Let QR (Tab. [XX.] Fig. 1.) be the base of a spherical triangle; its sides PQ, PR, whose planes cut that of the base in the diameters QCq, RCr. And if, from the angle P, the line PL is perpendicular to the plane of the base, meeting it in L, all planes drawn through PL will be perpendicular to the same, by 18. el. 11. Let two such planes be perpendicular likewise to the semicircles of the sides, cutting them in the straight lines PG, PH; and the plane of the base in the lines LG, LH.

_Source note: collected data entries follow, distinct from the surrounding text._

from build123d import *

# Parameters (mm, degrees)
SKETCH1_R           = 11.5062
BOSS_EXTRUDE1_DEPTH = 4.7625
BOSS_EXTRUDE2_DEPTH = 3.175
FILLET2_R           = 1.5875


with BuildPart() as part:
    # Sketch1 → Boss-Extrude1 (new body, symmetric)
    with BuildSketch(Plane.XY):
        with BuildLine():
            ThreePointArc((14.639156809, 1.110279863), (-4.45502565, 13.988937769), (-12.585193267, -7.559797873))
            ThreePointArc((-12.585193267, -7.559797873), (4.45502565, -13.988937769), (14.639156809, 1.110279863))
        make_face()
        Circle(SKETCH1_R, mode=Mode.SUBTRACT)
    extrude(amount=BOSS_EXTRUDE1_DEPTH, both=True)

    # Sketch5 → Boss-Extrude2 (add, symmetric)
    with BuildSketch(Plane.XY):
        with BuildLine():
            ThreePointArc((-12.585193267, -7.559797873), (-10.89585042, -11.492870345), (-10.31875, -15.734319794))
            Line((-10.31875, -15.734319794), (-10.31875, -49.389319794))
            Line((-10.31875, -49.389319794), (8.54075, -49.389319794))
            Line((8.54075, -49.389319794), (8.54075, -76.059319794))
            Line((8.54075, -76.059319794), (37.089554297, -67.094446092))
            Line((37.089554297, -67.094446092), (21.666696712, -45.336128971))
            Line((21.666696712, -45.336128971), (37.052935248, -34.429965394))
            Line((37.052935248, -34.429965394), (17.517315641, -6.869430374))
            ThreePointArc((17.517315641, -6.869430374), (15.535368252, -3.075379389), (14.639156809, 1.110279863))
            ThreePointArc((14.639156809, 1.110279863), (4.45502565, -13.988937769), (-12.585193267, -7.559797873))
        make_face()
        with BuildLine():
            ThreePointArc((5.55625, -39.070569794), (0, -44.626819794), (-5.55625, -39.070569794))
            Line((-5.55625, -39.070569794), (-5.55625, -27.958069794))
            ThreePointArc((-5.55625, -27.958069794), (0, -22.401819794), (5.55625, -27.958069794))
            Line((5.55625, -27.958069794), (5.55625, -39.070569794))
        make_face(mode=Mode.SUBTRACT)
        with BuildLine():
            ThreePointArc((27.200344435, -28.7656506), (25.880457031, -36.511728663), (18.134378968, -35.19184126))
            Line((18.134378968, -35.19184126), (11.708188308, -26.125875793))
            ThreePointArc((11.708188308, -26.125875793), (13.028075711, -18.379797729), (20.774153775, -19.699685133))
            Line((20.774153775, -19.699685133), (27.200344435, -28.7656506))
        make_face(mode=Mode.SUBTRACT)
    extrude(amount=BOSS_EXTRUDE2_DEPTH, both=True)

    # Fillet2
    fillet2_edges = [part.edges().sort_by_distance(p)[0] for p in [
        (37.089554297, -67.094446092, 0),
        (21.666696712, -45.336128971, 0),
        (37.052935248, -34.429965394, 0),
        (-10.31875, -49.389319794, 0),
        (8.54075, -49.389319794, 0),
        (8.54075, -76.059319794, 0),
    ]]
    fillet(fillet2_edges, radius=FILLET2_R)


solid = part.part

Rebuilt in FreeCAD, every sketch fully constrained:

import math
import FreeCAD as App
import Part
import Sketcher

V = App.Vector
Q = App.Units.Quantity


def edges_at(feature, points):
    """Names of the edges that pass closest to the given points."""
    edges = feature.Shape.Edges
    near = lambda p: min(range(len(edges)), key=lambda i: edges[i].distToShape(Part.Vertex(*p))[0])
    return sorted({f"Edge{near(p) + 1}" for p in points})

doc = App.newDocument("Part")
body = doc.addObject("PartDesign::Body", "Body")

sketch1 = body.newObject("Sketcher::SketchObject", "Sketch")
sketch1.AttachmentSupport = (doc.getObject("XY_Plane"), [""])
sketch1.MapMode = "FlatFace"
sketch1.addGeometry([
    Part.ArcOfCircle(Part.Circle(V(0, 0, 0), V(0, 0, 1), 14.6812), math.radians(4.337189), math.radians(210.992811)),
    Part.ArcOfCircle(Part.Circle(V(0, 0, 0), V(0, 0, 1), 14.6812), math.radians(-149.007189), math.radians(4.337189)),
    Part.Circle(V(0, 0, 0), V(0, 0, 1), 11.5062),
], False)
sketch1.addConstraint([
    Sketcher.Constraint("Tangent", 0, 1, 1, 2),
    Sketcher.Constraint("Coincident", 1, 1, 0, 2),
    Sketcher.Constraint("Coincident", 0, 3, -1, 1),
    Sketcher.Constraint("Coincident", 2, 3, -1, 1),
    Sketcher.Constraint("Diameter", 2, Q("0.906 in")),
    Sketcher.Constraint("Radius", 0, Q("0.578 in")),
    Sketcher.Constraint("DistanceY", -1, 1, 0, 1, Q("1.11028 mm")),
    Sketcher.Constraint("DistanceX", 1, 1, 0, 1, Q("27.22435 mm")),
])
pad1 = body.newObject("PartDesign::Pad", "Pad")
pad1.Profile = sketch1
pad1.Length = Q("0.375 in")
pad1.Midplane = True

sketch2 = body.newObject("Sketcher::SketchObject", "Sketch001")
sketch2.AttachmentSupport = (doc.getObject("XY_Plane"), [""])
sketch2.MapMode = "FlatFace"
sketch2.addGeometry([
    Part.ArcOfCircle(Part.Circle(V(-26.19375, -15.73432, 0), V(0, 0, 1), 15.875), math.radians(0), math.radians(30.992811)),
    Part.LineSegment(V(-10.31875, -15.73432, 0), V(-10.31875, -49.38932, 0)),
    Part.LineSegment(V(-10.31875, -49.38932, 0), V(8.54075, -49.38932, 0)),
    Part.LineSegment(V(8.54075, -49.38932, 0), V(8.54075, -76.05932, 0)),
    Part.LineSegment(V(8.54075, -76.05932, 0), V(37.089554, -67.094446, 0)),
    Part.LineSegment(V(37.089554, -67.094446, 0), V(21.666697, -45.336129, 0)),
    Part.LineSegment(V(21.666697, -45.336129, 0), V(37.052935, -34.429965, 0)),
    Part.LineSegment(V(37.052935, -34.429965, 0), V(17.517316, -6.86943, 0)),
    Part.ArcOfCircle(Part.Circle(V(30.468695, 2.310842, 0), V(0, 0, 1), 15.875), math.radians(-175.662811), math.radians(-144.67)),
    Part.ArcOfCircle(Part.Circle(V(0, 0, 0), V(0, 0, 1), 14.6812), math.radians(-149.007189), math.radians(4.337189)),
    Part.LineSegment(V(5.55625, -27.95807, 0), V(5.55625, -39.07057, 0)),
    Part.ArcOfCircle(Part.Circle(V(0, -39.07057, 0), V(0, 0, 1), 5.55625), math.radians(180), math.radians(360)),
    Part.LineSegment(V(-5.55625, -39.07057, 0), V(-5.55625, -27.95807, 0)),
    Part.ArcOfCircle(Part.Circle(V(0, -27.95807, 0), V(0, 0, 1), 5.55625), math.radians(0), math.radians(180)),
    Part.LineSegment(V(20.774154, -19.699685, 0), V(27.200344, -28.765651, 0)),
    Part.ArcOfCircle(Part.Circle(V(22.667362, -31.978746, 0), V(0, 0, 1), 5.55625), math.radians(-144.67), math.radians(35.33)),
    Part.LineSegment(V(18.134379, -35.191841, 0), V(11.708188, -26.125876, 0)),
    Part.ArcOfCircle(Part.Circle(V(16.241171, -22.91278, 0), V(0, 0, 1), 5.55625), math.radians(35.33), math.radians(215.33)),
], False)
sketch2.addConstraint([
    Sketcher.Constraint("Tangent", 0, 1, 1, 1),
    Sketcher.Constraint("Coincident", 1, 2, 2, 1),
    Sketcher.Constraint("Coincident", 2, 2, 3, 1),
    Sketcher.Constraint("Coincident", 3, 2, 4, 1),
    Sketcher.Constraint("Coincident", 4, 2, 5, 1),
    Sketcher.Constraint("Coincident", 5, 2, 6, 1),
    Sketcher.Constraint("Coincident", 6, 2, 7, 1),
    Sketcher.Constraint("Tangent", 7, 2, 8, 2),
    Sketcher.Constraint("Tangent", 8, 1, 9, 2),
    Sketcher.Constraint("Tangent", 9, 1, 0, 2),
    Sketcher.Constraint("Tangent", 10, 2, 11, 2),
    Sketcher.Constraint("Tangent", 11, 1, 12, 1),
    Sketcher.Constraint("Tangent", 12, 2, 13, 2),
    Sketcher.Constraint("Tangent", 13, 1, 10, 1),
    Sketcher.Constraint("Tangent", 14, 2, 15, 2),
    Sketcher.Constraint("Tangent", 15, 1, 16, 1),
    Sketcher.Constraint("Tangent", 16, 2, 17, 2),
    Sketcher.Constraint("Tangent", 17, 1, 14, 1),
    Sketcher.Constraint("Vertical", 1),
    Sketcher.Constraint("Horizontal", 2),
    Sketcher.Constraint("Vertical", 3),
    Sketcher.Constraint("Vertical", 10),
    Sketcher.Constraint("Vertical", 12),
    Sketcher.Constraint("Coincident", 9, 3, -1, 1),
    Sketcher.Constraint("Equal", 0, 8),
    Sketcher.Constraint("Equal", 13, 15),
    Sketcher.Constraint("Equal", 15, 17),
    Sketcher.Constraint("PointOnObject", 11, 3, -2),
    Sketcher.Constraint("Perpendicular", 5, 6),
    Sketcher.Constraint("Perpendicular", 6, 7),
    Sketcher.Constraint("Parallel", 7, 14),
    Sketcher.Constraint("Radius", 0, Q("0.625 in")),
    Sketcher.Constraint("Radius", 9, Q("0.578 in")),
    Sketcher.Constraint("Radius", 11, Q("0.21875 in")),
    Sketcher.Constraint("DistanceY", 3, 2, 3, 1, Q("1.05 in")),
    Sketcher.Constraint("Distance", 5, Q("1.05 in")),
    Sketcher.Constraint("Distance", 7, Q("1.33 in")),
    Sketcher.Constraint("DistanceY", 1, 2, 1, 1, Q("1.325 in")),
    Sketcher.Constraint("DistanceY", 10, 2, 10, 1, Q("0.4375 in")),
    Sketcher.Constraint("Angle", 5, Q("125.33 deg")),
    Sketcher.Constraint("Distance", 14, Q("0.4375 in")),
    Sketcher.Constraint("DistanceX", 2, 1, 2, 2, Q("0.7425 in")),
    Sketcher.Constraint("DistanceX", 0, 3, -1, 1, Q("1.03125 in")),
    Sketcher.Constraint("DistanceY", 1, 2, 11, 3, Q("0.40625 in")),
    Sketcher.Constraint("Distance", 6, Q("0.7425 in")),
    Sketcher.Constraint("DistanceY", 4, 2, 15, 3, Q("35.1157 mm")),
    Sketcher.Constraint("DistanceY", 0, 1, 8, 1, Q("16.8446 mm")),
    Sketcher.Constraint("DistanceX", -1, 1, 15, 3, Q("22.667362 mm")),
])
pad2 = body.newObject("PartDesign::Pad", "Pad001")
pad2.Profile = sketch2
pad2.Length = Q("0.25 in")
pad2.Midplane = True
doc.recompute()

fillet = body.newObject("PartDesign::Fillet", "Fillet")
fillet.Base = (pad2, edges_at(pad2, [
    (37.09, -67.094, 0),
    (21.667, -45.336, 0),
    (37.053, -34.43, 0),
    (-10.319, -49.389, 0),
    (8.541, -49.389, 0),
    (8.541, -76.059, 0),
]))
fillet.Radius = Q("0.0625 in")

doc.recompute()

Then the plane of the triangle PGL being perpendicular to the two planes, whose intersection is QGCq, the angles PGQ LGQ will be right angles, by 19. el. 11. PG likewise subtends a right angle PLG, and the angle PGL measures the inclination of the semicircle QPq to the plane of the base (def. 6. el. 11.) that is (by 16 el. 3. and 10 el. 11.) it is equal to the spherical angle PQR: whence PG is to PL as the radius to the sine of PQR. The same way PL is to PH as the sine of PRQ is to the radius: and therefore, ex æquo. PG the sine of the side PQ is to PH the sine of PR, as the sine of PRQ is to the sine of PQR.

CASES II. and III.

When the three parts are of the same name.

And,

When two given parts include between them a given part of a different name, the part required standing opposite to this middle part.

Theorem II.

Let S and s be the sines of two sides of a spherical triangle, d the sine of half the difference of the same sides, a the sine of half the included angle, b the sine of half the base; and writing unity for the radius, we have Ssa² + d² - b² = 0; in which a or b may be made the unknown quantity, as the case requires.

Demonstration.

Let PQR ([Fig. 2.]) be a spherical triangle, whose sides are PQ PR, the angle included QPR, the base QR, PC the semiaxis of the sphere, in which the planes of the sides intersect.